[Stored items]
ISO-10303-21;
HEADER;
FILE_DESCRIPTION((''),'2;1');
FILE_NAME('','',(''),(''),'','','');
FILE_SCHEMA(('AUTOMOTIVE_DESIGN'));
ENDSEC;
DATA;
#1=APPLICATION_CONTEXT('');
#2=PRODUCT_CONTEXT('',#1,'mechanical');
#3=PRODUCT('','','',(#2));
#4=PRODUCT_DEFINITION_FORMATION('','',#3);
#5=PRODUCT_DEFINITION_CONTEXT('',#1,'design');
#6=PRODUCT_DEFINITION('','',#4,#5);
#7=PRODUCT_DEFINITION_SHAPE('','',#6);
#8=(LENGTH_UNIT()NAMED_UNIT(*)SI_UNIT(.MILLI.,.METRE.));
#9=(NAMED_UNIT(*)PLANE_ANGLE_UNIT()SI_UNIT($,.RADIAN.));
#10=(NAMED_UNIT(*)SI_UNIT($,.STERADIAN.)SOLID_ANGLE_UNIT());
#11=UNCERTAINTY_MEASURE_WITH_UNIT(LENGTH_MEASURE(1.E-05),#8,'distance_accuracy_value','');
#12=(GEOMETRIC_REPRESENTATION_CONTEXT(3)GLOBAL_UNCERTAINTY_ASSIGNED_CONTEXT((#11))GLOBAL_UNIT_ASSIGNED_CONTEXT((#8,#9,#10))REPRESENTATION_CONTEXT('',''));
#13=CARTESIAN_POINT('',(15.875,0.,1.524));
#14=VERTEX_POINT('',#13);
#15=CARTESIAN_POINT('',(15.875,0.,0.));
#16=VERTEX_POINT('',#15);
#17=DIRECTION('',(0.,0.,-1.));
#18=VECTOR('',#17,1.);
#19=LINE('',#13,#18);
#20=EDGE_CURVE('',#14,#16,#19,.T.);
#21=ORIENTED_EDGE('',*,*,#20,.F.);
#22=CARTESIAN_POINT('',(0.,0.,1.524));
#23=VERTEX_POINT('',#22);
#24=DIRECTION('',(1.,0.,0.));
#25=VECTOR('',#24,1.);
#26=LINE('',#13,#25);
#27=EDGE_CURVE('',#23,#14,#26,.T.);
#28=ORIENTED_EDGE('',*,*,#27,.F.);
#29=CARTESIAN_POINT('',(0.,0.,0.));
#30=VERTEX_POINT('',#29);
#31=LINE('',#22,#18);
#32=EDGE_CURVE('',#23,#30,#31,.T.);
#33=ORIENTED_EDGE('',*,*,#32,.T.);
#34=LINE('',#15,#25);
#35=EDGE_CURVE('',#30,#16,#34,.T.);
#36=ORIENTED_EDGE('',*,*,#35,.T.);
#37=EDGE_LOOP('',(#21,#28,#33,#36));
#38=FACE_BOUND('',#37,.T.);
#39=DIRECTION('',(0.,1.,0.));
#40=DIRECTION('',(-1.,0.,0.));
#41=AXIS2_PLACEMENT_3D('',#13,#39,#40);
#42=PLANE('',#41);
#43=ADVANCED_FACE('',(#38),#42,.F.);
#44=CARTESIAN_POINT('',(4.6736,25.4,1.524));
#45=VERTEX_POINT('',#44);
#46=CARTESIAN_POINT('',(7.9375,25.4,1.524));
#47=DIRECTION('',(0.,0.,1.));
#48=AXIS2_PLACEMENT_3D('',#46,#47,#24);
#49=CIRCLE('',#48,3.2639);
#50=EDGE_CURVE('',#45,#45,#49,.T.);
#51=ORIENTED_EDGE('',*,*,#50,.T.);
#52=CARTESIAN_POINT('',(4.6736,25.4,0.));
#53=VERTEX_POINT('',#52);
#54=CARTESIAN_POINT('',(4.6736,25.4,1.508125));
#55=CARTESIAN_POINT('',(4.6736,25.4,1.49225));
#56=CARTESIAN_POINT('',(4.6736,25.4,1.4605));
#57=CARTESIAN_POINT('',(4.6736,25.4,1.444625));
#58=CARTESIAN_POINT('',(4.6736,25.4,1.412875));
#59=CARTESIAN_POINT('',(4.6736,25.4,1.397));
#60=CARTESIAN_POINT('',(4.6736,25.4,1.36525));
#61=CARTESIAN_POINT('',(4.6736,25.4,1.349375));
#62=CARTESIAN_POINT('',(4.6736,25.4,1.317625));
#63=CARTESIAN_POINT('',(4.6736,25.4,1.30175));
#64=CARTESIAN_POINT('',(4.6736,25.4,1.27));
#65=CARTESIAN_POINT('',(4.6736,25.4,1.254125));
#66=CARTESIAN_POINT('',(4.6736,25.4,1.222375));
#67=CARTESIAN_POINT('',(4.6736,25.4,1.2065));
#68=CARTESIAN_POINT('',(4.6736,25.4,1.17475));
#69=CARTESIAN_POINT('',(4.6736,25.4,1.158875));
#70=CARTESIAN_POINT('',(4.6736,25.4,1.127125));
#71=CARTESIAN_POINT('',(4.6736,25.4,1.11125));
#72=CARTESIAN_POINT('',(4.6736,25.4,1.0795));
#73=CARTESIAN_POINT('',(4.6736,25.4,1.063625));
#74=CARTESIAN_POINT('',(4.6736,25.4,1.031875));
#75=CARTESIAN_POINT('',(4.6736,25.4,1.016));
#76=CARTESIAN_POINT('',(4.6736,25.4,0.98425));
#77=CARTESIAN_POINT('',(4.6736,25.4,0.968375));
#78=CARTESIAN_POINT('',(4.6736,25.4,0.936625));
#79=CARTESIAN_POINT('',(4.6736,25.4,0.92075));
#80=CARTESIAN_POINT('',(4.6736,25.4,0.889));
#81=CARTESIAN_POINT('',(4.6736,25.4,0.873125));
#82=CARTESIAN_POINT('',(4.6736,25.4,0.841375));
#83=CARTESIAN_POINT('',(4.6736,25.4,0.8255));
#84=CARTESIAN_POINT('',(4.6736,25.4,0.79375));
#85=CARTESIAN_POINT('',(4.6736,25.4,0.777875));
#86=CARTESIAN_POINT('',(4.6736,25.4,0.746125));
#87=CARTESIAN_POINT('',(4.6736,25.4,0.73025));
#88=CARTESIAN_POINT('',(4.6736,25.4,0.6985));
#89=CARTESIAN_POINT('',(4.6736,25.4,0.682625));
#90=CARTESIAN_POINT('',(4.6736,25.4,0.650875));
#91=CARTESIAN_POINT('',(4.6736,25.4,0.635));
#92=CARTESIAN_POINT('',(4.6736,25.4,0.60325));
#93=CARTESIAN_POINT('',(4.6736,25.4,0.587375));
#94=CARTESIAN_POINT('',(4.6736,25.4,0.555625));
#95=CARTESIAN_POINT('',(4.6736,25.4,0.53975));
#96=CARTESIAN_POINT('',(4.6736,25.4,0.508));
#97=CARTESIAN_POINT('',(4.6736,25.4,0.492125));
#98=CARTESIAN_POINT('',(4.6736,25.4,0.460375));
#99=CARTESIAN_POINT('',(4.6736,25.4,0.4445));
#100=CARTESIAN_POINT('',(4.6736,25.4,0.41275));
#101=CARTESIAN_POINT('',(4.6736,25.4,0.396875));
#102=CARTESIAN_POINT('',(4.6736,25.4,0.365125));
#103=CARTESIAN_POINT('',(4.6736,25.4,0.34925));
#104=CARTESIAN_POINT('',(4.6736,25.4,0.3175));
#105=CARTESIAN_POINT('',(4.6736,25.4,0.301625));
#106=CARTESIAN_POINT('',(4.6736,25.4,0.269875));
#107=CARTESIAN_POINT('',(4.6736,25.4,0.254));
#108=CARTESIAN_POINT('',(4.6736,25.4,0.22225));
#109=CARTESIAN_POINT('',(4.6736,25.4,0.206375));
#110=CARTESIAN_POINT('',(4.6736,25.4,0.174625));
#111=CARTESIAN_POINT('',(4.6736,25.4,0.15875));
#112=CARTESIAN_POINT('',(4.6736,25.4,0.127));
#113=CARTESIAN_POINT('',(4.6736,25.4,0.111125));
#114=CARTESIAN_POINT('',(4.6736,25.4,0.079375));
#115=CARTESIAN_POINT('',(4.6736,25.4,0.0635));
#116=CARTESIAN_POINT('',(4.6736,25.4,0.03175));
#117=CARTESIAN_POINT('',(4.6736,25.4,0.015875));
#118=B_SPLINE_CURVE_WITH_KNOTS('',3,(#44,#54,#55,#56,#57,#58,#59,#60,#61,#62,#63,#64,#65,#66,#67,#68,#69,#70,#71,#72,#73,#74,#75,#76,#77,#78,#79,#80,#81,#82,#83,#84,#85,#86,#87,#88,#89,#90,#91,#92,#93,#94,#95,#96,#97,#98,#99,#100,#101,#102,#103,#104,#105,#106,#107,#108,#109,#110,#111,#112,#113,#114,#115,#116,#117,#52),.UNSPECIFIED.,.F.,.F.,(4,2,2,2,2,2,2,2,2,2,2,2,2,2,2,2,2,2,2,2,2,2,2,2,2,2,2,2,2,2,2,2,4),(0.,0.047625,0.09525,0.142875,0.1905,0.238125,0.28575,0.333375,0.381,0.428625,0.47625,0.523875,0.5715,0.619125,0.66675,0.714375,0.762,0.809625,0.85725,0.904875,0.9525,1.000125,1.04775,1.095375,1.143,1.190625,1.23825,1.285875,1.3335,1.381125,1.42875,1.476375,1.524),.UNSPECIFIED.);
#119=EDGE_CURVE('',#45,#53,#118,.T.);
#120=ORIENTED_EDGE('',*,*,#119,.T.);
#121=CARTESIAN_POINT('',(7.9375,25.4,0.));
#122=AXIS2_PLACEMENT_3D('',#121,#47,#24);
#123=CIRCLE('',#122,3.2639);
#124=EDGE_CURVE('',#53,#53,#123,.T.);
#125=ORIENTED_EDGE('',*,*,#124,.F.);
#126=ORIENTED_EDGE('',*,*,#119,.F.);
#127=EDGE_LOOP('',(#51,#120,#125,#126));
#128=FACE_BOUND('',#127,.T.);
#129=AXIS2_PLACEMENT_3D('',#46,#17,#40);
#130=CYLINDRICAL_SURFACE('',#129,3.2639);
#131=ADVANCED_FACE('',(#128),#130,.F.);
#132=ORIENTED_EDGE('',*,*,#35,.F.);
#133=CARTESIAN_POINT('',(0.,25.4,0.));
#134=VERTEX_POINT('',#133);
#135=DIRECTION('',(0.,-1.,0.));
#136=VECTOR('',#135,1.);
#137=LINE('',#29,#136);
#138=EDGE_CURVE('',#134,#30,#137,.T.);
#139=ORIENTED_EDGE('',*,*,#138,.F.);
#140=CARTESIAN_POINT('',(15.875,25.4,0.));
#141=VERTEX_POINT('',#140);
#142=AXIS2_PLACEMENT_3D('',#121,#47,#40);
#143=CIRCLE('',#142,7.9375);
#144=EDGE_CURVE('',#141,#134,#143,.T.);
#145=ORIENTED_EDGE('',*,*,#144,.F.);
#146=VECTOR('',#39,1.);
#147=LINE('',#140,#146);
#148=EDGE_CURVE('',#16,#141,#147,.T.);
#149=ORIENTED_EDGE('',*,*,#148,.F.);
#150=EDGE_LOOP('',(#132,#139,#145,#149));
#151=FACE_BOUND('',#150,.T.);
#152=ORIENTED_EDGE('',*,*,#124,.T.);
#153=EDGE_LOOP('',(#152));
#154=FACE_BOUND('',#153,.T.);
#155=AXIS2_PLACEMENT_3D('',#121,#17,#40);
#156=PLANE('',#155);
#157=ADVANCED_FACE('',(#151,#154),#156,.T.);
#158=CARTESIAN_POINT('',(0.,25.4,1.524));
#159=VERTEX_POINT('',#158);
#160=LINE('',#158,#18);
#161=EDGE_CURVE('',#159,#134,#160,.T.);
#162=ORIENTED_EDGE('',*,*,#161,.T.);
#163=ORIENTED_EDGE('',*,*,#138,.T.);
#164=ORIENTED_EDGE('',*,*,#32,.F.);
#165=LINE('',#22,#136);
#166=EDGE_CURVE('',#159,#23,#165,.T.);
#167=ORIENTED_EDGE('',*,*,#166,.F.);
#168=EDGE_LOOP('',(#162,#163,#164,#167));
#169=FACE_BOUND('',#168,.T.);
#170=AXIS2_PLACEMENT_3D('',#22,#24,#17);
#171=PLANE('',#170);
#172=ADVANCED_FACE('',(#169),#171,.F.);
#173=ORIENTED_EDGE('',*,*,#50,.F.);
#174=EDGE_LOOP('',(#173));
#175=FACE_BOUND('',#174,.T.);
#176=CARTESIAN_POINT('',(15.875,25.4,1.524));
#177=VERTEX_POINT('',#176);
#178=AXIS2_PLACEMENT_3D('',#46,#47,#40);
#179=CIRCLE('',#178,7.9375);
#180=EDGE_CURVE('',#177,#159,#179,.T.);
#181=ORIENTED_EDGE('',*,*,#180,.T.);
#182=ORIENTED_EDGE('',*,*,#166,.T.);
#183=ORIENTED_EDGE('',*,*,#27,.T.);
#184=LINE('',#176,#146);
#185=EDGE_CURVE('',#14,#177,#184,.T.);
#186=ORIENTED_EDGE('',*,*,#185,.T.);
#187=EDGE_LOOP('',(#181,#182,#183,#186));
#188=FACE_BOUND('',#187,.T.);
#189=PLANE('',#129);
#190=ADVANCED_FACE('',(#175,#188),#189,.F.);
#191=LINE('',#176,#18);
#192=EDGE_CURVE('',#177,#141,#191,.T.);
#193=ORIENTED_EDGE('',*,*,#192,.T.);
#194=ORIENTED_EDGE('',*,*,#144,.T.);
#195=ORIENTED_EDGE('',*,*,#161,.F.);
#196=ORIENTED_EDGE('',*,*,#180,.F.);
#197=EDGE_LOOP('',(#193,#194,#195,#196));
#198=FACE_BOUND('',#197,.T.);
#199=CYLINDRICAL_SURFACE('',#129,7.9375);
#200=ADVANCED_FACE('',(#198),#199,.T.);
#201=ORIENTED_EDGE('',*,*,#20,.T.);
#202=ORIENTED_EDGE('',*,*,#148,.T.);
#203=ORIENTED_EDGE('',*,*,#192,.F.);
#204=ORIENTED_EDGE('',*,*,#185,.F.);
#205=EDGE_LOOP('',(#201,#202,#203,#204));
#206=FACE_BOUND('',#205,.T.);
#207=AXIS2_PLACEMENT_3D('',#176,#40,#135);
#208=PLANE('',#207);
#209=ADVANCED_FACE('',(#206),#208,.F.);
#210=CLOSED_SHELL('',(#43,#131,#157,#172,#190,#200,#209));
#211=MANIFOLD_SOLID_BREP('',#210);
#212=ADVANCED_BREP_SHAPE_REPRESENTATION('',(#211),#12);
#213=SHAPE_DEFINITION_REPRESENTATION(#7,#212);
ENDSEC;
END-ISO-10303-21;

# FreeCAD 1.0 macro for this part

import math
import FreeCAD as App
import Part
import Sketcher
Q = App.Units.Quantity

doc = App.newDocument("Part")
body = doc.addObject("PartDesign::Body", "Body")

sketch1 = doc.addObject("Sketcher::SketchObject", "Sketch")
body.addObject(sketch1)
sketch1.AttachmentSupport = (doc.XY_Plane, [""])
sketch1.MapMode = "FlatFace"
sketch1.addGeometry(Part.LineSegment(App.Vector(0, 25.4, 0), App.Vector(0, 0, 0)), False)
sketch1.addGeometry(Part.LineSegment(App.Vector(0, 0, 0), App.Vector(15.875, 0, 0)), False)
sketch1.addGeometry(Part.LineSegment(App.Vector(15.875, 0, 0), App.Vector(15.875, 25.4, 0)), False)
sketch1.addGeometry(Part.ArcOfCircle(Part.Circle(App.Vector(7.9375, 25.4, 0), App.Vector(0, 0, 1), 7.9375), math.radians(0), math.radians(180)), False)
sketch1.addGeometry(Part.Circle(App.Vector(7.9375, 25.4, 0), App.Vector(0, 0, 1), 3.2639), False)
sketch1.addConstraint(Sketcher.Constraint("Coincident", 0, 2, 1, 1))
sketch1.addConstraint(Sketcher.Constraint("Coincident", 1, 2, 2, 1))
sketch1.addConstraint(Sketcher.Constraint("Tangent", 2, 2, 3, 1))
sketch1.addConstraint(Sketcher.Constraint("Tangent", 3, 2, 0, 1))
sketch1.addConstraint(Sketcher.Constraint("Vertical", 0))
sketch1.addConstraint(Sketcher.Constraint("Horizontal", 1))
sketch1.addConstraint(Sketcher.Constraint("Vertical", 2))
sketch1.addConstraint(Sketcher.Constraint("Coincident", 0, 2, -1, 1))
sketch1.addConstraint(Sketcher.Constraint("Coincident", 4, 3, 3, 3))
sketch1.addConstraint(Sketcher.Constraint("DistanceY", 0, 2, 0, 1, Q("1 in")))
sketch1.addConstraint(Sketcher.Constraint("Diameter", 4, Q("0.257 in")))
sketch1.addConstraint(Sketcher.Constraint("Radius", 3, Q("0.3125 in")))
pad1 = doc.addObject("PartDesign::Pad", "Pad")
body.addObject(pad1)
pad1.Profile = sketch1
pad1.Length = Q("0.06 in")

doc.recompute()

**EXERCISE GOAL**: Each line from the start of the records through the line holding "#17=DIRECTION('',(0.,0.,-1.));" must be returned exactly; nothing else belongs in the answer.

**WRITTEN ANSWER**:
ISO-10303-21;
HEADER;
FILE_DESCRIPTION((''),'2;1');
FILE_NAME('','',(''),(''),'','','');
FILE_SCHEMA(('AUTOMOTIVE_DESIGN'));
ENDSEC;
DATA;
#1=APPLICATION_CONTEXT('');
#2=PRODUCT_CONTEXT('',#1,'mechanical');
#3=PRODUCT('','','',(#2));
#4=PRODUCT_DEFINITION_FORMATION('','',#3);
#5=PRODUCT_DEFINITION_CONTEXT('',#1,'design');
#6=PRODUCT_DEFINITION('','',#4,#5);
#7=PRODUCT_DEFINITION_SHAPE('','',#6);
#8=(LENGTH_UNIT()NAMED_UNIT(*)SI_UNIT(.MILLI.,.METRE.));
#9=(NAMED_UNIT(*)PLANE_ANGLE_UNIT()SI_UNIT($,.RADIAN.));
#10=(NAMED_UNIT(*)SI_UNIT($,.STERADIAN.)SOLID_ANGLE_UNIT());
#11=UNCERTAINTY_MEASURE_WITH_UNIT(LENGTH_MEASURE(1.E-05),#8,'distance_accuracy_value','');
#12=(GEOMETRIC_REPRESENTATION_CONTEXT(3)GLOBAL_UNCERTAINTY_ASSIGNED_CONTEXT((#11))GLOBAL_UNIT_ASSIGNED_CONTEXT((#8,#9,#10))REPRESENTATION_CONTEXT('',''));
#13=CARTESIAN_POINT('',(15.875,0.,1.524));
#14=VERTEX_POINT('',#13);
#15=CARTESIAN_POINT('',(15.875,0.,0.));
#16=VERTEX_POINT('',#15);
#17=DIRECTION('',(0.,0.,-1.));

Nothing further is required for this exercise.